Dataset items
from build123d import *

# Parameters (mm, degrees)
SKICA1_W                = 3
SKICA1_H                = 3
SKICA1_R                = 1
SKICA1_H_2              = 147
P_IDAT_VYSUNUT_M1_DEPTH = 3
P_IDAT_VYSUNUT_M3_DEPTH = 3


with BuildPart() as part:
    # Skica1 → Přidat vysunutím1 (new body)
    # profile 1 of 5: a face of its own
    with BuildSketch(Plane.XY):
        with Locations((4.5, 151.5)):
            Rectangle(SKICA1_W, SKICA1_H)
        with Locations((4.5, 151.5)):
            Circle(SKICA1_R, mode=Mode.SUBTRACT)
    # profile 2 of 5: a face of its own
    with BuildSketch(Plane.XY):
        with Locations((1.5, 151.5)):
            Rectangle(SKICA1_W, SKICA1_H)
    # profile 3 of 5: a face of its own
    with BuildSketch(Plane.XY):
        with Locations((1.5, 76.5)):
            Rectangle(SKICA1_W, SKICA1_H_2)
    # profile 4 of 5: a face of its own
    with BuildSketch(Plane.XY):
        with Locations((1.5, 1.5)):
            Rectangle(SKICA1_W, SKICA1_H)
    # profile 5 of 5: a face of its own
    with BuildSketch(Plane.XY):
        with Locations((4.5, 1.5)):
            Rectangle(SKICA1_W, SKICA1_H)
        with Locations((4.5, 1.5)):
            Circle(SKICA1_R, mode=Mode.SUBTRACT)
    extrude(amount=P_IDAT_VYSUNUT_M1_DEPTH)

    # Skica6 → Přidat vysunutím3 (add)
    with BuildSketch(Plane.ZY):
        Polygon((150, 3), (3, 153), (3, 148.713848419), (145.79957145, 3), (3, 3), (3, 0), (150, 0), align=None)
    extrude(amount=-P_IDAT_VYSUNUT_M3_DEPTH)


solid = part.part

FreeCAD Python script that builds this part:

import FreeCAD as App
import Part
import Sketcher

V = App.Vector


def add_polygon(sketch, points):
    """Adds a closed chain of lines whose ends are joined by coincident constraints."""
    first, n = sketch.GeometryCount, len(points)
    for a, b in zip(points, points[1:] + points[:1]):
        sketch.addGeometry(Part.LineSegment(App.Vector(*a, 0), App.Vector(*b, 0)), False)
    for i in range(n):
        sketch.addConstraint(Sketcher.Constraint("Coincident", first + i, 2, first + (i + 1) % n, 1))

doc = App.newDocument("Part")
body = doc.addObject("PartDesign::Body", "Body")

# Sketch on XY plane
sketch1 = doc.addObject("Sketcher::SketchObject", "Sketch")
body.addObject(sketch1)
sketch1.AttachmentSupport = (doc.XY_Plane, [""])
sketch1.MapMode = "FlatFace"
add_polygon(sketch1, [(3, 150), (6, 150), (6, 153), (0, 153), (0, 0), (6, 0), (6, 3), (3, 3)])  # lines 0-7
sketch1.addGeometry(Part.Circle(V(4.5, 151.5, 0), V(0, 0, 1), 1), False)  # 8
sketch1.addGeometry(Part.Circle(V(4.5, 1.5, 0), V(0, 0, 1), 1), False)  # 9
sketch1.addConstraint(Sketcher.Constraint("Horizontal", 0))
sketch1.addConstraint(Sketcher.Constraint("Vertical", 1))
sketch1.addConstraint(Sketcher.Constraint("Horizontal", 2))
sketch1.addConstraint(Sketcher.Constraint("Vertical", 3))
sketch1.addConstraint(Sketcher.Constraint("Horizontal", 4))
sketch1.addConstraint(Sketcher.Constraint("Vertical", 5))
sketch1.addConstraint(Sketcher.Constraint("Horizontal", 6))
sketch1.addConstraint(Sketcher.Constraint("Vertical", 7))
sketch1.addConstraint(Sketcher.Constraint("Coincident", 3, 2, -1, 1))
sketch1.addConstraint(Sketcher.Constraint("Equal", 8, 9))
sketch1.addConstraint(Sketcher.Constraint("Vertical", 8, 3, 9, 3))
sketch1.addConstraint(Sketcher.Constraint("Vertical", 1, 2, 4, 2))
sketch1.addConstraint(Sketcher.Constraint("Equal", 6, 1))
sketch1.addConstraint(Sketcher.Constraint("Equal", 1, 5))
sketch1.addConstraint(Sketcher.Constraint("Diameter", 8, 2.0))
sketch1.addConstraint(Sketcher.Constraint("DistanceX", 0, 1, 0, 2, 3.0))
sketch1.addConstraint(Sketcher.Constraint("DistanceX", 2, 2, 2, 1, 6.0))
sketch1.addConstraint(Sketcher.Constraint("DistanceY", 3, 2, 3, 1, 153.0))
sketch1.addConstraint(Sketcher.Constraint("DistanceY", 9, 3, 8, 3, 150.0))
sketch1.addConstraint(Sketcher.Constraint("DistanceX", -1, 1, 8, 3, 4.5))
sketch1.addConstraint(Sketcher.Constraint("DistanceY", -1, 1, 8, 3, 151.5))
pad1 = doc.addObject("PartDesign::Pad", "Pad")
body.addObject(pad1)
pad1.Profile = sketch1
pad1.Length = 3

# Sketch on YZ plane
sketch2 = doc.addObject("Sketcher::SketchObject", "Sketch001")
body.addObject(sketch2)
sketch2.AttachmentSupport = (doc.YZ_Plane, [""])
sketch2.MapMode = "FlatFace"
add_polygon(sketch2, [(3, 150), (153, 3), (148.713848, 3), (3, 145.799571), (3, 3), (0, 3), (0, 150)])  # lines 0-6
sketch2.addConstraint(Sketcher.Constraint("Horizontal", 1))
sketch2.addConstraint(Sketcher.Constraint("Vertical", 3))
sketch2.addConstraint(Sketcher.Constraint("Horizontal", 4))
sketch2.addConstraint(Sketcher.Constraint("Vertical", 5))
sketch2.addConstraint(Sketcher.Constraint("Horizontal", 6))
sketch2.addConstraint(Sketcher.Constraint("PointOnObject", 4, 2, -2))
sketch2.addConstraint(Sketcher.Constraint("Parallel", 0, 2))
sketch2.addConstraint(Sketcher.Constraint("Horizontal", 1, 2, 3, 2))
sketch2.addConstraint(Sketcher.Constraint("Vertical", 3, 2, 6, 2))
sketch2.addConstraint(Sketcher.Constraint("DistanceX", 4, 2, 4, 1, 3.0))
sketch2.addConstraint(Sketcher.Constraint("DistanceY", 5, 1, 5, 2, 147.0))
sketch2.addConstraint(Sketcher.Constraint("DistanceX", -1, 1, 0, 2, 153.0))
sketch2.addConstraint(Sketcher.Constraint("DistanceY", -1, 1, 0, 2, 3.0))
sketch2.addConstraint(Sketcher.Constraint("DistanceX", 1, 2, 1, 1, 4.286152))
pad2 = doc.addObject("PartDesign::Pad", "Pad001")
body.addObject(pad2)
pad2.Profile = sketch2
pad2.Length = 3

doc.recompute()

◆ Try it
Pull every line containing "Přidat" from the entries above and copy it.

◆ Output below
    # Skica1 → Přidat vysunutím1 (new body)
    # Skica6 → Přidat vysunutím3 (add)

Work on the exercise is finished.